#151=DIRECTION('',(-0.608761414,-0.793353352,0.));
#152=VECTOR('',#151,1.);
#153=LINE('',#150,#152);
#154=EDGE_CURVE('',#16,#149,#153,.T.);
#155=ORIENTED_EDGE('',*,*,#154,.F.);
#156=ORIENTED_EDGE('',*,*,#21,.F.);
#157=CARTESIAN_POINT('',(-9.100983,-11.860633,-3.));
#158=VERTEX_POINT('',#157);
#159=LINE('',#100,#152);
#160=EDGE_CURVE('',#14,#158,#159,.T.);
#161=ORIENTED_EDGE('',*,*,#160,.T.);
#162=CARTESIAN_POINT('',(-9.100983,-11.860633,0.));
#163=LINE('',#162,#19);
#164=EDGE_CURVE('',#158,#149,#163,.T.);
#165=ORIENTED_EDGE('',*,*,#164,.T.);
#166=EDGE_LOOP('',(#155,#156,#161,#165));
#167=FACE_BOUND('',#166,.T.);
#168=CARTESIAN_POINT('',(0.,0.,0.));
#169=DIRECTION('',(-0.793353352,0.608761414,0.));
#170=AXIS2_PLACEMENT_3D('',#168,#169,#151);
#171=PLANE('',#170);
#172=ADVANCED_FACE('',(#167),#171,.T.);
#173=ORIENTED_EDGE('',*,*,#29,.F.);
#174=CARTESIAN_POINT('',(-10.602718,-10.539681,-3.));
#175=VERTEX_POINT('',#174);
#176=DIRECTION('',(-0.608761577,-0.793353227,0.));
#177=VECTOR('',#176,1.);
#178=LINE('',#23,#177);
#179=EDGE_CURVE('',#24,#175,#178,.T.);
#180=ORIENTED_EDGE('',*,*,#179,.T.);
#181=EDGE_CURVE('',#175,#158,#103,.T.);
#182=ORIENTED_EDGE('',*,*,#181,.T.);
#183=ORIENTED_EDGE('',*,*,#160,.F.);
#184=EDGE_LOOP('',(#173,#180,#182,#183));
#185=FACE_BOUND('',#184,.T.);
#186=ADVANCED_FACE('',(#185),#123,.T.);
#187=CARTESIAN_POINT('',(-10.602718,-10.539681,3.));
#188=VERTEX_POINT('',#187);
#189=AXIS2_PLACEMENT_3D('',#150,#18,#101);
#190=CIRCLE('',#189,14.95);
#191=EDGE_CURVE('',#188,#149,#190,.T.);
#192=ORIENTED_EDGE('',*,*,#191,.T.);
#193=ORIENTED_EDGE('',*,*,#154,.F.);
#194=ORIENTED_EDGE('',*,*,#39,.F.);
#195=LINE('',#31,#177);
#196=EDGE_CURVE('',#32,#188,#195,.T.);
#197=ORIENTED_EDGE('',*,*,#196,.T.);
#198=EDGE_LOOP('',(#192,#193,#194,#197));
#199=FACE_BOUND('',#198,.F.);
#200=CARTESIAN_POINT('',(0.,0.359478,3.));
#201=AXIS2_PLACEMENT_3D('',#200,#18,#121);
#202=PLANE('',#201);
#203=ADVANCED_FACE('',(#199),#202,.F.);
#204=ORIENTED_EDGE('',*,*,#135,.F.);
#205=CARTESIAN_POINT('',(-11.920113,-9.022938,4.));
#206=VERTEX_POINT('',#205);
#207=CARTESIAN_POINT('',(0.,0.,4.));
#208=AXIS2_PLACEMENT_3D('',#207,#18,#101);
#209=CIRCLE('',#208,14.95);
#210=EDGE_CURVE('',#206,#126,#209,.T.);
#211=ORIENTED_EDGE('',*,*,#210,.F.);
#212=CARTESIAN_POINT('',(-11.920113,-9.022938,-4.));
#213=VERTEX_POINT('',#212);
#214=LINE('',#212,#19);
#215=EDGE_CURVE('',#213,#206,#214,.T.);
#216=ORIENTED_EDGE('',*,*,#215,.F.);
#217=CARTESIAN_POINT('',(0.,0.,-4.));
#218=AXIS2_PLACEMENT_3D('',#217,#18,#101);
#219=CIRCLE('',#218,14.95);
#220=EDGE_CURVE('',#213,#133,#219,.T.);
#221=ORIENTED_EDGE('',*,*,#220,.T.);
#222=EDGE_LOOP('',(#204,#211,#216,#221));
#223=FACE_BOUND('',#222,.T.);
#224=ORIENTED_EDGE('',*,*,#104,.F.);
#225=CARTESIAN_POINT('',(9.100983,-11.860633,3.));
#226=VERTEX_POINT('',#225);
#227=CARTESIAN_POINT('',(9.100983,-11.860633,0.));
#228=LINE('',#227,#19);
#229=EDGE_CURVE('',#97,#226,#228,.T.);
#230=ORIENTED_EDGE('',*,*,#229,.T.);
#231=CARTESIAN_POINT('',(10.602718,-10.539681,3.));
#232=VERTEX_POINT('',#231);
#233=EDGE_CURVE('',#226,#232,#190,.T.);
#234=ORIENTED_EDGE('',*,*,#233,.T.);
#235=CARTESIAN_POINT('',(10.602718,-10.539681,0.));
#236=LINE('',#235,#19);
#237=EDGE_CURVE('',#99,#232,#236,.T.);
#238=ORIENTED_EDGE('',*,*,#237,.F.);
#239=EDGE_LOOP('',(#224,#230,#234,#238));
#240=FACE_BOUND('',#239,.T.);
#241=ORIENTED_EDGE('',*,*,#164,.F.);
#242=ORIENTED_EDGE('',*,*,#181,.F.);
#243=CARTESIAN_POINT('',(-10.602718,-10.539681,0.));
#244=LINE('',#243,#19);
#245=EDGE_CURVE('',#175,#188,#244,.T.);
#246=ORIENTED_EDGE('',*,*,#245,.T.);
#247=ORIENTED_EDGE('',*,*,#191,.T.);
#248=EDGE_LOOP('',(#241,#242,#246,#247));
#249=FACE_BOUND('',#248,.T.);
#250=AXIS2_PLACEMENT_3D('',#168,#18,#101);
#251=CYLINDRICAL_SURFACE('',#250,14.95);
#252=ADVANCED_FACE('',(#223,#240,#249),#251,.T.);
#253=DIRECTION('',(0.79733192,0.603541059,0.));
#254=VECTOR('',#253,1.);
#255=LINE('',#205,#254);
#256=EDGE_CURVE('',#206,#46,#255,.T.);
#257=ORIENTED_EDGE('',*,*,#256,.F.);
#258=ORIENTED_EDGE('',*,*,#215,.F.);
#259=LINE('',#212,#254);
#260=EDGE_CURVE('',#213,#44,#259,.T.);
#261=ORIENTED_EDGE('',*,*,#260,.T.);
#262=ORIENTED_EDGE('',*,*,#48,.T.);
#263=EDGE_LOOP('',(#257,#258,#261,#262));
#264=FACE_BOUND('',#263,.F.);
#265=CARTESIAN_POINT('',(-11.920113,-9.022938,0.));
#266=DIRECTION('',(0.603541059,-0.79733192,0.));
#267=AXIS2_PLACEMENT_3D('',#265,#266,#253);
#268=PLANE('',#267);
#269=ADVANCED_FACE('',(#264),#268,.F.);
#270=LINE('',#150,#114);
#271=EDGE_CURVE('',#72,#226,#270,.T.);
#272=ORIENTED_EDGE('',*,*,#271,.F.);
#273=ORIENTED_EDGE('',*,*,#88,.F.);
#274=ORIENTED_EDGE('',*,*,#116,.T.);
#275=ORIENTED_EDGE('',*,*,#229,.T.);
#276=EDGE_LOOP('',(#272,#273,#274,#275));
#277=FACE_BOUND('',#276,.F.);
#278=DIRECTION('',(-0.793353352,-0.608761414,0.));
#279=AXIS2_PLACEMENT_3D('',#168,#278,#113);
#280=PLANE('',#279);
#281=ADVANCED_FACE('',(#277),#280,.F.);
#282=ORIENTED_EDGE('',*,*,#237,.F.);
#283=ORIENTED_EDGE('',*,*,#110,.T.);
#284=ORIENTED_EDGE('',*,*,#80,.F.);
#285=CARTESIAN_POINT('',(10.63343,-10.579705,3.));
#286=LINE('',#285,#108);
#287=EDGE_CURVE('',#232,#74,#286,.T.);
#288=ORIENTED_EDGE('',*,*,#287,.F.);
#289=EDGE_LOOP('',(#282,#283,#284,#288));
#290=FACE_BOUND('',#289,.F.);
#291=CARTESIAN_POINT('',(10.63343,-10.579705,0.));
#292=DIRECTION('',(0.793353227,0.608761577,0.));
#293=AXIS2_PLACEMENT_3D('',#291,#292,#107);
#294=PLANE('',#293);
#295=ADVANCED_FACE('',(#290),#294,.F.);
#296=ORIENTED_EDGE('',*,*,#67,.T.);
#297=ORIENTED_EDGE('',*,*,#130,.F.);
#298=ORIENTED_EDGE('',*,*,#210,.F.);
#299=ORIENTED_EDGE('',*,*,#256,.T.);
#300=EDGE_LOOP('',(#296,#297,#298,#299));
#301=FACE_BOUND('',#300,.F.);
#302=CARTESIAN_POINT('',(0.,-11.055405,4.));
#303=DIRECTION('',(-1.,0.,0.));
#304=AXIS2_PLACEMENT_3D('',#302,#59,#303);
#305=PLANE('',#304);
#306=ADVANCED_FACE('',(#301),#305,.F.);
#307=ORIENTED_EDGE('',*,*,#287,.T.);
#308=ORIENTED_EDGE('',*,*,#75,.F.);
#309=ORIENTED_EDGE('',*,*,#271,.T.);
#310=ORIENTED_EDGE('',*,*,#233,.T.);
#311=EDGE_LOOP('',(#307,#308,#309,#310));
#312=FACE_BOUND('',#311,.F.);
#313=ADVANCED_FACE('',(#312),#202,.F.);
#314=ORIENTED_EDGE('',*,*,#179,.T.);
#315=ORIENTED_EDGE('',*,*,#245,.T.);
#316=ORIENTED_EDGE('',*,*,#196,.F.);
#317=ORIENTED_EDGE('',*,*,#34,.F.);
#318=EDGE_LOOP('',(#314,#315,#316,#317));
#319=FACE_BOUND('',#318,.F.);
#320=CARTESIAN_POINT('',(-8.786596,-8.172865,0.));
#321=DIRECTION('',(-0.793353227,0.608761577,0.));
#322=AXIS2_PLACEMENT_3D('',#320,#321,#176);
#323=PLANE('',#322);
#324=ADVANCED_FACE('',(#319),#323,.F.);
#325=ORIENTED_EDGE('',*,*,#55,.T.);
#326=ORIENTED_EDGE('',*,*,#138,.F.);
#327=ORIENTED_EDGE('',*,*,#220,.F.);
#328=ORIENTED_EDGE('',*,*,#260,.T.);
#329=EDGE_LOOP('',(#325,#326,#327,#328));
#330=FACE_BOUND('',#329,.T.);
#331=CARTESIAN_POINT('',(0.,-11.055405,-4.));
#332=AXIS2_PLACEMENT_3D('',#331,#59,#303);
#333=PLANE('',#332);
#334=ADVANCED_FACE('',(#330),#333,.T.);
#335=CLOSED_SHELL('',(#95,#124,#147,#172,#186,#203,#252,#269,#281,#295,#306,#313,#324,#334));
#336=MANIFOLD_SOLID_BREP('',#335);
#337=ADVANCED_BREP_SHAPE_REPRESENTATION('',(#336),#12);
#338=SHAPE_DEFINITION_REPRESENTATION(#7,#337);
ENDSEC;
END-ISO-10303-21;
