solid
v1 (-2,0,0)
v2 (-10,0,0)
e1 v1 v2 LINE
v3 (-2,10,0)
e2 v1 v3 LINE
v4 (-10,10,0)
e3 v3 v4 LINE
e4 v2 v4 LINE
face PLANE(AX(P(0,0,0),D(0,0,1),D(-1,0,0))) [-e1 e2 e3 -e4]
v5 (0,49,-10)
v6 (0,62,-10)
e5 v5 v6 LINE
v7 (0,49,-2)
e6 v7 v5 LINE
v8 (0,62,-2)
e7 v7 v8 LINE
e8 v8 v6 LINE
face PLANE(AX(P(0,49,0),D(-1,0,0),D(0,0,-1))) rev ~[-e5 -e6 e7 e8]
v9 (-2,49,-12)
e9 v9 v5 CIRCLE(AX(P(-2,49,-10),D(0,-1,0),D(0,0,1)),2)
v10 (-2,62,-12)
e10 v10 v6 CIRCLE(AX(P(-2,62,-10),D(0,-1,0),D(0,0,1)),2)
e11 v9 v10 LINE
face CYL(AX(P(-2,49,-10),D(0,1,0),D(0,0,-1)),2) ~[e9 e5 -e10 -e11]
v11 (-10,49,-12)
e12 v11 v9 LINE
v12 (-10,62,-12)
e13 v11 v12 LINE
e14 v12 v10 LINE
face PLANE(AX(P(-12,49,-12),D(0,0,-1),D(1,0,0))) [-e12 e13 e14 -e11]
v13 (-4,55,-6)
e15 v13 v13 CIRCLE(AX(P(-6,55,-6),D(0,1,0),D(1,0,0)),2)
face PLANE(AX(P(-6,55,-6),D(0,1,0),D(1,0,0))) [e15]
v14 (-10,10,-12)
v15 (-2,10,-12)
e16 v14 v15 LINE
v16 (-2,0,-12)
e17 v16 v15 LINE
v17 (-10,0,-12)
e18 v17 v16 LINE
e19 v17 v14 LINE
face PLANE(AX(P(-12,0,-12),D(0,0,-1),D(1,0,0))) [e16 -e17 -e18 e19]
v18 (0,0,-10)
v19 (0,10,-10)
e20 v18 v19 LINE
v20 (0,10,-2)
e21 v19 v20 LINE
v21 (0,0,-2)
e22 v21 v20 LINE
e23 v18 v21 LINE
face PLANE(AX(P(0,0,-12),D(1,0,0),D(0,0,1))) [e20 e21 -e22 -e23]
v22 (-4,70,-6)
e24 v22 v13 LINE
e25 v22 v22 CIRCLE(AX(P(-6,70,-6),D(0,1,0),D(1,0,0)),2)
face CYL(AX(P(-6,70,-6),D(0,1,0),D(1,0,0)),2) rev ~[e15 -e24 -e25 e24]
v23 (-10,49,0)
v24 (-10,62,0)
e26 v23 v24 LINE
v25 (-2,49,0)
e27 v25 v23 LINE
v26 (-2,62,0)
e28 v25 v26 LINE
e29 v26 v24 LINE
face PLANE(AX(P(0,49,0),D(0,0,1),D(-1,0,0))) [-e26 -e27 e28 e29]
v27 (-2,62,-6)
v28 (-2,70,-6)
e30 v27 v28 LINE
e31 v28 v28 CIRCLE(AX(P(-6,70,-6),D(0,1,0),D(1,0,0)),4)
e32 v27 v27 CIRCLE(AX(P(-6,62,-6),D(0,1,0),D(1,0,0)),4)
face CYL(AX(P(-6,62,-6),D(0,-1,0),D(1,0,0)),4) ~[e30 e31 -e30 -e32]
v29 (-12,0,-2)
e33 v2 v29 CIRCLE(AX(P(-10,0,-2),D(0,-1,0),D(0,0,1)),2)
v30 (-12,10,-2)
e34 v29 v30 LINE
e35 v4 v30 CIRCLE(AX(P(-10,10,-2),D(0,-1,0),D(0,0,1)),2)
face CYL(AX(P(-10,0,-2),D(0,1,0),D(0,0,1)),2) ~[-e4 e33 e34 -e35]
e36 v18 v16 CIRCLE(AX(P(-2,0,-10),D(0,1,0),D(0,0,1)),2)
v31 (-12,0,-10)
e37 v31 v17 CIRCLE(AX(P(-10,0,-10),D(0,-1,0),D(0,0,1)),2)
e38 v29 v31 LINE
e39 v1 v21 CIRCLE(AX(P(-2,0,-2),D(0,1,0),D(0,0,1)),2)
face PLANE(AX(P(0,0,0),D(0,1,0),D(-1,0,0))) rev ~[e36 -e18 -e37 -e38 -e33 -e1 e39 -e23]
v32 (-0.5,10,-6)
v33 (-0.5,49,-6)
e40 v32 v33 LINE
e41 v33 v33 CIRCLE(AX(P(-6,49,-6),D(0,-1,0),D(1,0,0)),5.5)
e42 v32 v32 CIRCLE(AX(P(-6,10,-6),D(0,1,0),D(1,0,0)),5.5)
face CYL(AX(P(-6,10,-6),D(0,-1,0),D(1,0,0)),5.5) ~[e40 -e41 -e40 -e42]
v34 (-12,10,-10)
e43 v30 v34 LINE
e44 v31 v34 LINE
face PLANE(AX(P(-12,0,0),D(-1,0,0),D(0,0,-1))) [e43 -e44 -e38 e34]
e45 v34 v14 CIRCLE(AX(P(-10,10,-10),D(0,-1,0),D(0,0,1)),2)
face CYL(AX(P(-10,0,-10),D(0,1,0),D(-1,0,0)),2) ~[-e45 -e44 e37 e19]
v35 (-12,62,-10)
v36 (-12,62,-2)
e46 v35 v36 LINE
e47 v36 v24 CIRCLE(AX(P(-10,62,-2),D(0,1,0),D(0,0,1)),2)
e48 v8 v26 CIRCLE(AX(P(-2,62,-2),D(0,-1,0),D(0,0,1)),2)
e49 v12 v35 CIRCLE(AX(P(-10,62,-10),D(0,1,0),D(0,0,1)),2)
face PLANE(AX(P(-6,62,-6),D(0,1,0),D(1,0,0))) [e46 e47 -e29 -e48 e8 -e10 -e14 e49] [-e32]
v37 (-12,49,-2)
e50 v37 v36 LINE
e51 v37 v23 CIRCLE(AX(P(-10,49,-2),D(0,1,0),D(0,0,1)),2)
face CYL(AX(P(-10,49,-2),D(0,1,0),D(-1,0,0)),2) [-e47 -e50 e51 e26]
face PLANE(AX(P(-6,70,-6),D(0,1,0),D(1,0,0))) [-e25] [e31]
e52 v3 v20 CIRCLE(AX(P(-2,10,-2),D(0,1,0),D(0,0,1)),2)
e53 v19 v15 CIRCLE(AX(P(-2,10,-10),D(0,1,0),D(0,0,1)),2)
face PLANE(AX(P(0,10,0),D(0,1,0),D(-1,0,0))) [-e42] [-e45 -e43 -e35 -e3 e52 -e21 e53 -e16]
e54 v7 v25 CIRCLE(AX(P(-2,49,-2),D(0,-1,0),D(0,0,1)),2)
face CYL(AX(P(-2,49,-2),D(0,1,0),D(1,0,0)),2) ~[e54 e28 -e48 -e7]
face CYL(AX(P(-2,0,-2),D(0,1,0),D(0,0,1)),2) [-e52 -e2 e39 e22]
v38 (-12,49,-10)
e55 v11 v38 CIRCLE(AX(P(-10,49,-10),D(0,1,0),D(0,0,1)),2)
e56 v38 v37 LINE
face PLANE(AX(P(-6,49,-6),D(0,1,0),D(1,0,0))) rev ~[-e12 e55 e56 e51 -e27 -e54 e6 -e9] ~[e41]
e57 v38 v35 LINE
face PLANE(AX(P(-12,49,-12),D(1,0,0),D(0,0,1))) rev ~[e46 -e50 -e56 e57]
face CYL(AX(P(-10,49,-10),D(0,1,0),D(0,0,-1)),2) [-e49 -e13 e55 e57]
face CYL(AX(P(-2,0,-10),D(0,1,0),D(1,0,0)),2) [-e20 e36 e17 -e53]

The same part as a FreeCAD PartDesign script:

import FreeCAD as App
import Part
import Sketcher

V = App.Vector
Q = App.Units.Quantity


def edges_at(feature, points):
    """Names of the edges that pass closest to the given points."""
    edges = feature.Shape.Edges
    near = lambda p: min(range(len(edges)), key=lambda i: edges[i].distToShape(Part.Vertex(*p))[0])
    return sorted({f"Edge{near(p) + 1}" for p in points})

doc = App.newDocument("Part")
params = doc.addObject("Spreadsheet::Sheet", "Params")
for row, (alias, value) in enumerate([
    ("sketch1_width", "12 mm"),
    ("pad1_length", "10 mm"),
    ("sketch2_diameter", "11 mm"),
    ("pad2_length", "39 mm"),
    ("sketch3_width", "12 mm"),
    ("pad3_length", "13 mm"),
    ("fillet_radius", "2 mm"),
    ("sketch4_diameter", "8 mm"),
    ("pad4_length", "8 mm"),
    ("sketch5_diameter", "4 mm"),
    ("pocket1_length", "15 mm"),
], start=1):
    params.set(f"A{row}", alias)
    params.set(f"B{row}", "=" + value)
    params.setAlias(f"B{row}", alias)

body = doc.addObject("PartDesign::Body", "Body")

# Sketch on XZ plane
sketch1 = doc.addObject("Sketcher::SketchObject", "Sketch")
body.addObject(sketch1)
sketch1.AttachmentSupport = (doc.XZ_Plane, [""])
sketch1.MapMode = "FlatFace"
sketch1.addGeometry([
    Part.LineSegment(V(-12, 0, 0), V(0, 0, 0)),
    Part.LineSegment(V(0, 0, 0), V(0, -12, 0)),
    Part.LineSegment(V(0, -12, 0), V(-12, -12, 0)),
    Part.LineSegment(V(-12, -12, 0), V(-12, 0, 0)),
], False)
sketch1.addConstraint([
    Sketcher.Constraint("Coincident", 0, 2, 1, 1),
    Sketcher.Constraint("Coincident", 1, 2, 2, 1),
    Sketcher.Constraint("Coincident", 2, 2, 3, 1),
    Sketcher.Constraint("Coincident", 3, 2, 0, 1),
    Sketcher.Constraint("Horizontal", 0),
    Sketcher.Constraint("Vertical", 1),
    Sketcher.Constraint("Horizontal", 2),
    Sketcher.Constraint("Vertical", 3),
    Sketcher.Constraint("Coincident", 0, 2, -1, 1),
    Sketcher.Constraint("Equal", 2, 1),
    Sketcher.Constraint("DistanceX", 0, 1, 0, 2, Q("12 mm")),
])
sketch1.setExpression("Constraints[10]", "Params.sketch1_width")
pad1 = doc.addObject("PartDesign::Pad", "Pad")
body.addObject(pad1)
pad1.Profile = sketch1
pad1.setExpression("Length", "Params.pad1_length")
pad1.Reversed = True

# Sketch on XZ plane
sketch2 = doc.addObject("Sketcher::SketchObject", "Sketch001")
body.addObject(sketch2)
sketch2.AttachmentSupport = (doc.XZ_Plane, [""])
sketch2.MapMode = "FlatFace"
sketch2.AttachmentOffset = App.Placement(V(0, 0, -10), App.Rotation())
sketch2.addGeometry(Part.Circle(V(-6, -6, 0), V(0, 0, 1), 6), False)
sketch2.addConstraint([
    Sketcher.Constraint("Diameter", 0, Q("11 mm")),
    Sketcher.Constraint("DistanceX", 0, 3, -1, 1, Q("6 mm")),
    Sketcher.Constraint("DistanceY", 0, 3, -1, 1, Q("6 mm")),
])
sketch2.setExpression("Constraints[0]", "Params.sketch2_diameter")
pad2 = doc.addObject("PartDesign::Pad", "Pad001")
body.addObject(pad2)
pad2.Profile = sketch2
pad2.setExpression("Length", "Params.pad2_length")
pad2.Reversed = True

# Sketch on XZ plane
sketch3 = doc.addObject("Sketcher::SketchObject", "Sketch002")
body.addObject(sketch3)
sketch3.AttachmentSupport = (doc.XZ_Plane, [""])
sketch3.MapMode = "FlatFace"
sketch3.AttachmentOffset = App.Placement(V(0, 0, -49), App.Rotation())
sketch3.addGeometry([
    Part.LineSegment(V(0, -12, 0), V(-12, -12, 0)),
    Part.LineSegment(V(-12, -12, 0), V(-12, 0, 0)),
    Part.LineSegment(V(-12, 0, 0), V(0, 0, 0)),
    Part.LineSegment(V(0, 0, 0), V(0, -12, 0)),
], False)
sketch3.addConstraint([
    Sketcher.Constraint("Coincident", 0, 2, 1, 1),
    Sketcher.Constraint("Coincident", 1, 2, 2, 1),
    Sketcher.Constraint("Coincident", 2, 2, 3, 1),
    Sketcher.Constraint("Coincident", 3, 2, 0, 1),
    Sketcher.Constraint("Horizontal", 0),
    Sketcher.Constraint("Vertical", 1),
    Sketcher.Constraint("Horizontal", 2),
    Sketcher.Constraint("Vertical", 3),
    Sketcher.Constraint("Coincident", 2, 2, -1, 1),
    Sketcher.Constraint("Equal", 2, 1),
    Sketcher.Constraint("DistanceX", 0, 2, 0, 1, Q("12 mm")),
])
sketch3.setExpression("Constraints[10]", "Params.sketch3_width")
pad3 = doc.addObject("PartDesign::Pad", "Pad002")
body.addObject(pad3)
pad3.Profile = sketch3
pad3.setExpression("Length", "Params.pad3_length")
pad3.Reversed = True
doc.recompute()

fillet = doc.addObject("PartDesign::Fillet", "Fillet")
body.addObject(fillet)
fillet.Base = (pad3, edges_at(pad3, [
    (0, 55.5, 0),
    (0, 5, 0),
    (0, 5, -12),
    (0, 55.5, -12),
    (-12, 55.5, 0),
    (-12, 5, 0),
    (-12, 5, -12),
    (-12, 55.5, -12),
]))
fillet.setExpression("Radius", "Params.fillet_radius")

# Sketch on XZ plane
sketch4 = doc.addObject("Sketcher::SketchObject", "Sketch003")
body.addObject(sketch4)
sketch4.AttachmentSupport = (doc.XZ_Plane, [""])
sketch4.MapMode = "FlatFace"
sketch4.AttachmentOffset = App.Placement(V(0, 0, -62), App.Rotation())
sketch4.addGeometry(Part.Circle(V(-6, -6, 0), V(0, 0, 1), 4), False)
sketch4.addConstraint([
    Sketcher.Constraint("Diameter", 0, Q("8 mm")),
    Sketcher.Constraint("DistanceX", 0, 3, -1, 1, Q("6 mm")),
    Sketcher.Constraint("DistanceY", 0, 3, -1, 1, Q("6 mm")),
])
sketch4.setExpression("Constraints[0]", "Params.sketch4_diameter")
pad4 = doc.addObject("PartDesign::Pad", "Pad003")
body.addObject(pad4)
pad4.Profile = sketch4
pad4.setExpression("Length", "Params.pad4_length")
pad4.Reversed = True

# Sketch on XZ plane
sketch5 = doc.addObject("Sketcher::SketchObject", "Sketch004")
body.addObject(sketch5)
sketch5.AttachmentSupport = (doc.XZ_Plane, [""])
sketch5.MapMode = "FlatFace"
sketch5.AttachmentOffset = App.Placement(V(0, 0, -70), App.Rotation())
sketch5.addGeometry(Part.Circle(V(-6, -6, 0), V(0, 0, 1), 2), False)
sketch5.addConstraint([
    Sketcher.Constraint("Diameter", 0, Q("4 mm")),
    Sketcher.Constraint("DistanceX", 0, 3, -1, 1, Q("6 mm")),
    Sketcher.Constraint("DistanceY", 0, 3, -1, 1, Q("6 mm")),
])
sketch5.setExpression("Constraints[0]", "Params.sketch5_diameter")
pocket1 = doc.addObject("PartDesign::Pocket", "Pocket")
body.addObject(pocket1)
pocket1.Profile = sketch5
pocket1.setExpression("Length", "Params.pocket1_length")
pocket1.Reversed = True

doc.recompute()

## ACTION ITEM
Set down again, word for word, the stretch of records from the line with "v19 (0,10,-10)" to the line with "e25 v22 v22", both of those lines included.

## EXERCISE RESPONSE
v19 (0,10,-10)
e20 v18 v19 LINE
v20 (0,10,-2)
e21 v19 v20 LINE
v21 (0,0,-2)
e22 v21 v20 LINE
e23 v18 v21 LINE
face PLANE(AX(P(0,0,-12),D(1,0,0),D(0,0,1))) [e20 e21 -e22 -e23]
v22 (-4,70,-6)
e24 v22 v13 LINE
e25 v22 v22 CIRCLE(AX(P(-6,70,-6),D(0,1,0),D(1,0,0)),2)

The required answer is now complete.